We had an audition, this time we added some different people to the cast. I always think these dancers are so incredibly talented, and I love working with them because it pushes the show in a way that pulls from performance art and contemporary dance. It's not just a concert. I love to pick dancers who move in a way that's alien and suits the style of the show and then give them license to find their own movement. Especially because in the first hour of the show it's on them -- they create these characters, they interact with the audience.

So you have three shows, and the final one is Pride-themed. How different will they be?

For me the goal of light + space is collaborating, and using the show to spotlight and partner with other artists. Visuals artists, DJs… the blueprint of the show leaves space for that. There's a skeleton of the show that's the same, like having the glitter bar, and I'm interesting in VR and motion sensor technology, so we'll always have that, and Ariana and the Rose will always be the house band, and we'll always have DJs, and then some surprises we're working on. I want the show to feel like a home to people -- that kind of culture, people having a trust in a party or event, I think that's coming back, especially in Brooklyn.

What about your music?

I'm working on a whole bunch of new music, it's been a year since we put out Retrograde. For me my priority is doing this Trilogy, but my hope is to put new music out by the end of this year.

Will it continue with what you did on Retrograde?

It's definitely an elaboration on Retrograde. I feel when I wrote Retrograde I was in this super moody, self-reflective place, so all the songs were like that, even though they're electronic. Every time I went into the studio, with the way the world is right now, I was like, "ugh, I just want to write something that lets you scream." Lets you rip your clothes off and dance. That was my feeling – this music that makes you feel free. That's what I want to listen to. Everything feels so heavy all the time. And the music itself isn't frivolous -- I like to write about real things, but that intersection between writing something that hits your heart but also lifts you is really what this music is about.

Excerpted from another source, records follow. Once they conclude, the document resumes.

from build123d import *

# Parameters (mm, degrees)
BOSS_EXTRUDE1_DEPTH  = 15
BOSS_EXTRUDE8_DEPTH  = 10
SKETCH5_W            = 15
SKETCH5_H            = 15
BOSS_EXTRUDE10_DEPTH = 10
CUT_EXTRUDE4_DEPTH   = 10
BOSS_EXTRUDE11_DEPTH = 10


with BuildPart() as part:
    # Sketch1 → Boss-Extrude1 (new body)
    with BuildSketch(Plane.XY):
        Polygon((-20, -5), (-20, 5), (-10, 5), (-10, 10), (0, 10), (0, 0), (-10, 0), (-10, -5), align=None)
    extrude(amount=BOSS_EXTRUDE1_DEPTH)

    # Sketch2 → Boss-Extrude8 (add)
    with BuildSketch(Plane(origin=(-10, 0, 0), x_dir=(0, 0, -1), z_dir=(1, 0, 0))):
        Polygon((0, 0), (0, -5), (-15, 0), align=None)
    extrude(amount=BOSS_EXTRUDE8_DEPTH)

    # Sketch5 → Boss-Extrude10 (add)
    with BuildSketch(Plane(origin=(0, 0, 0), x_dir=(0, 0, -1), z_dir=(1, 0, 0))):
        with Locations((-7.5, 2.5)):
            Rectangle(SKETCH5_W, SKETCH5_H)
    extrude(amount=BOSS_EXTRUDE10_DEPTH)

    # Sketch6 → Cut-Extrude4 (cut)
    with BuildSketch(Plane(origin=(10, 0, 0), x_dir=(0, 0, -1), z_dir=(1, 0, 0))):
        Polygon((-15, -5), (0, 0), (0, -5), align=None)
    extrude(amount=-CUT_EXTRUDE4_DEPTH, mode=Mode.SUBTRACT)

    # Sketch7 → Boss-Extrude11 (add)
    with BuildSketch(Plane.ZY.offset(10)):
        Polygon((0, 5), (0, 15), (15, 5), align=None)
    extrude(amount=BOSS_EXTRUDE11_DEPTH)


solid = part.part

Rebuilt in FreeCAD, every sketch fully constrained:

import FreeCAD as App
import Part
import Sketcher

V = App.Vector

doc = App.newDocument("Part")
body = doc.addObject("PartDesign::Body", "Body")

sketch1 = doc.addObject("Sketcher::SketchObject", "Sketch")
body.addObject(sketch1)
sketch1.AttachmentSupport = (doc.XY_Plane, [""])
sketch1.MapMode = "FlatFace"
sketch1.addGeometry([
    Part.LineSegment(V(-20, 5, 0), V(-20, -5, 0)),
    Part.LineSegment(V(-20, -5, 0), V(-10, -5, 0)),
    Part.LineSegment(V(-10, -5, 0), V(-10, 0, 0)),
    Part.LineSegment(V(-10, 0, 0), V(0, 0, 0)),
    Part.LineSegment(V(0, 0, 0), V(0, 10, 0)),
    Part.LineSegment(V(0, 10, 0), V(-10, 10, 0)),
    Part.LineSegment(V(-10, 10, 0), V(-10, 5, 0)),
    Part.LineSegment(V(-10, 5, 0), V(-20, 5, 0)),
], False)
sketch1.addConstraint([
    Sketcher.Constraint("Coincident", 0, 2, 1, 1),
    Sketcher.Constraint("Coincident", 1, 2, 2, 1),
    Sketcher.Constraint("Coincident", 2, 2, 3, 1),
    Sketcher.Constraint("Coincident", 3, 2, 4, 1),
    Sketcher.Constraint("Coincident", 4, 2, 5, 1),
    Sketcher.Constraint("Coincident", 5, 2, 6, 1),
    Sketcher.Constraint("Coincident", 6, 2, 7, 1),
    Sketcher.Constraint("Coincident", 7, 2, 0, 1),
    Sketcher.Constraint("Vertical", 0),
    Sketcher.Constraint("Horizontal", 1),
    Sketcher.Constraint("Vertical", 2),
    Sketcher.Constraint("Horizontal", 3),
    Sketcher.Constraint("Vertical", 4),
    Sketcher.Constraint("Horizontal", 5),
    Sketcher.Constraint("Vertical", 6),
    Sketcher.Constraint("Horizontal", 7),
    Sketcher.Constraint("Coincident", 3, 2, -1, 1),
    Sketcher.Constraint("Symmetric", 1, 2, 6, 2, -1),
    Sketcher.Constraint("Equal", 1, 3),
    Sketcher.Constraint("Equal", 7, 0),
    Sketcher.Constraint("Equal", 0, 4),
    Sketcher.Constraint("DistanceX", 1, 1, 1, 2, 10.0),
])
pad1 = doc.addObject("PartDesign::Pad", "Pad")
body.addObject(pad1)
pad1.Profile = sketch1
pad1.Length = 15

sketch2 = doc.addObject("Sketcher::SketchObject", "Sketch001")
body.addObject(sketch2)
sketch2.AttachmentSupport = (doc.YZ_Plane, [""])
sketch2.MapMode = "FlatFace"
sketch2.AttachmentOffset = App.Placement(V(0, 0, -10), App.Rotation())
sketch2.addGeometry([
    Part.LineSegment(V(-5, 0, 0), V(0, 0, 0)),
    Part.LineSegment(V(0, 0, 0), V(0, 15, 0)),
    Part.LineSegment(V(0, 15, 0), V(-5, 0, 0)),
], False)
sketch2.addConstraint([
    Sketcher.Constraint("Coincident", 0, 2, 1, 1),
    Sketcher.Constraint("Coincident", 1, 2, 2, 1),
    Sketcher.Constraint("Coincident", 2, 2, 0, 1),
    Sketcher.Constraint("Horizontal", 0),
    Sketcher.Constraint("Vertical", 1),
    Sketcher.Constraint("Coincident", 0, 2, -1, 1),
    Sketcher.Constraint("DistanceX", 0, 1, 0, 2, 5.0),
    Sketcher.Constraint("DistanceY", 1, 1, 1, 2, 15.0),
])
pad2 = doc.addObject("PartDesign::Pad", "Pad001")
body.addObject(pad2)
pad2.Profile = sketch2
pad2.Length = 10

sketch3 = doc.addObject("Sketcher::SketchObject", "Sketch002")
body.addObject(sketch3)
sketch3.AttachmentSupport = (doc.YZ_Plane, [""])
sketch3.MapMode = "FlatFace"
sketch3.addGeometry([
    Part.LineSegment(V(10, 15, 0), V(-5, 15, 0)),
    Part.LineSegment(V(-5, 15, 0), V(-5, 0, 0)),
    Part.LineSegment(V(-5, 0, 0), V(10, 0, 0)),
    Part.LineSegment(V(10, 0, 0), V(10, 15, 0)),
], False)
sketch3.addConstraint([
    Sketcher.Constraint("Coincident", 0, 2, 1, 1),
    Sketcher.Constraint("Coincident", 1, 2, 2, 1),
    Sketcher.Constraint("Coincident", 2, 2, 3, 1),
    Sketcher.Constraint("Coincident", 3, 2, 0, 1),
    Sketcher.Constraint("Horizontal", 0),
    Sketcher.Constraint("Vertical", 1),
    Sketcher.Constraint("Horizontal", 2),
    Sketcher.Constraint("Vertical", 3),
    Sketcher.Constraint("PointOnObject", 1, 2, -1),
    Sketcher.Constraint("Equal", 2, 1),
    Sketcher.Constraint("DistanceX", 0, 2, 0, 1, 15.0),
    Sketcher.Constraint("DistanceX", 0, 2, -1, 1, 5.0),
])
pad3 = doc.addObject("PartDesign::Pad", "Pad002")
body.addObject(pad3)
pad3.Profile = sketch3
pad3.Length = 10

sketch4 = doc.addObject("Sketcher::SketchObject", "Sketch003")
body.addObject(sketch4)
sketch4.AttachmentSupport = (doc.YZ_Plane, [""])
sketch4.MapMode = "FlatFace"
sketch4.AttachmentOffset = App.Placement(V(0, 0, 10), App.Rotation())
sketch4.addGeometry([
    Part.LineSegment(V(0, 0, 0), V(-5, 15, 0)),
    Part.LineSegment(V(-5, 15, 0), V(-5, 0, 0)),
    Part.LineSegment(V(-5, 0, 0), V(0, 0, 0)),
], False)
sketch4.addConstraint([
    Sketcher.Constraint("Coincident", 0, 2, 1, 1),
    Sketcher.Constraint("Coincident", 1, 2, 2, 1),
    Sketcher.Constraint("Coincident", 2, 2, 0, 1),
    Sketcher.Constraint("Vertical", 1),
    Sketcher.Constraint("Horizontal", 2),
    Sketcher.Constraint("Coincident", 2, 2, -1, 1),
    Sketcher.Constraint("DistanceX", 2, 1, 2, 2, 5.0),
    Sketcher.Constraint("DistanceY", 1, 2, 1, 1, 15.0),
])
pocket1 = doc.addObject("PartDesign::Pocket", "Pocket")
body.addObject(pocket1)
pocket1.Profile = sketch4
pocket1.Length = 10

sketch5 = doc.addObject("Sketcher::SketchObject", "Sketch004")
body.addObject(sketch5)
sketch5.AttachmentSupport = (doc.YZ_Plane, [""])
sketch5.MapMode = "FlatFace"
sketch5.AttachmentOffset = App.Placement(V(0, 0, -10), App.Rotation())
sketch5.addGeometry([
    Part.LineSegment(V(15, 0, 0), V(5, 0, 0)),
    Part.LineSegment(V(5, 0, 0), V(5, 15, 0)),
    Part.LineSegment(V(5, 15, 0), V(15, 0, 0)),
], False)
sketch5.addConstraint([
    Sketcher.Constraint("Coincident", 0, 2, 1, 1),
    Sketcher.Constraint("Coincident", 1, 2, 2, 1),
    Sketcher.Constraint("Coincident", 2, 2, 0, 1),
    Sketcher.Constraint("Horizontal", 0),
    Sketcher.Constraint("Vertical", 1),
    Sketcher.Constraint("PointOnObject", 0, 2, -1),
    Sketcher.Constraint("DistanceX", 0, 2, 0, 1, 10.0),
    Sketcher.Constraint("DistanceY", 1, 1, 1, 2, 15.0),
    Sketcher.Constraint("DistanceX", -1, 1, 0, 2, 5.0),
])
pad4 = doc.addObject("PartDesign::Pad", "Pad003")
body.addObject(pad4)
pad4.Profile = sketch5
pad4.Length = 10
pad4.Reversed = True

doc.recompute()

I think catharsis is where everyone is at. With artists right now in all spaces, not just music, people want to escape, but no one wants to ignore anything. Making frivolous music I don't think will resonate anymore. There's too much going on for artist to say, "we'll forget about it." I don't think people want to forget about it, but they might want to set it down a little while. I want to make music that allows people to deal with what they're going through and have some sort of support.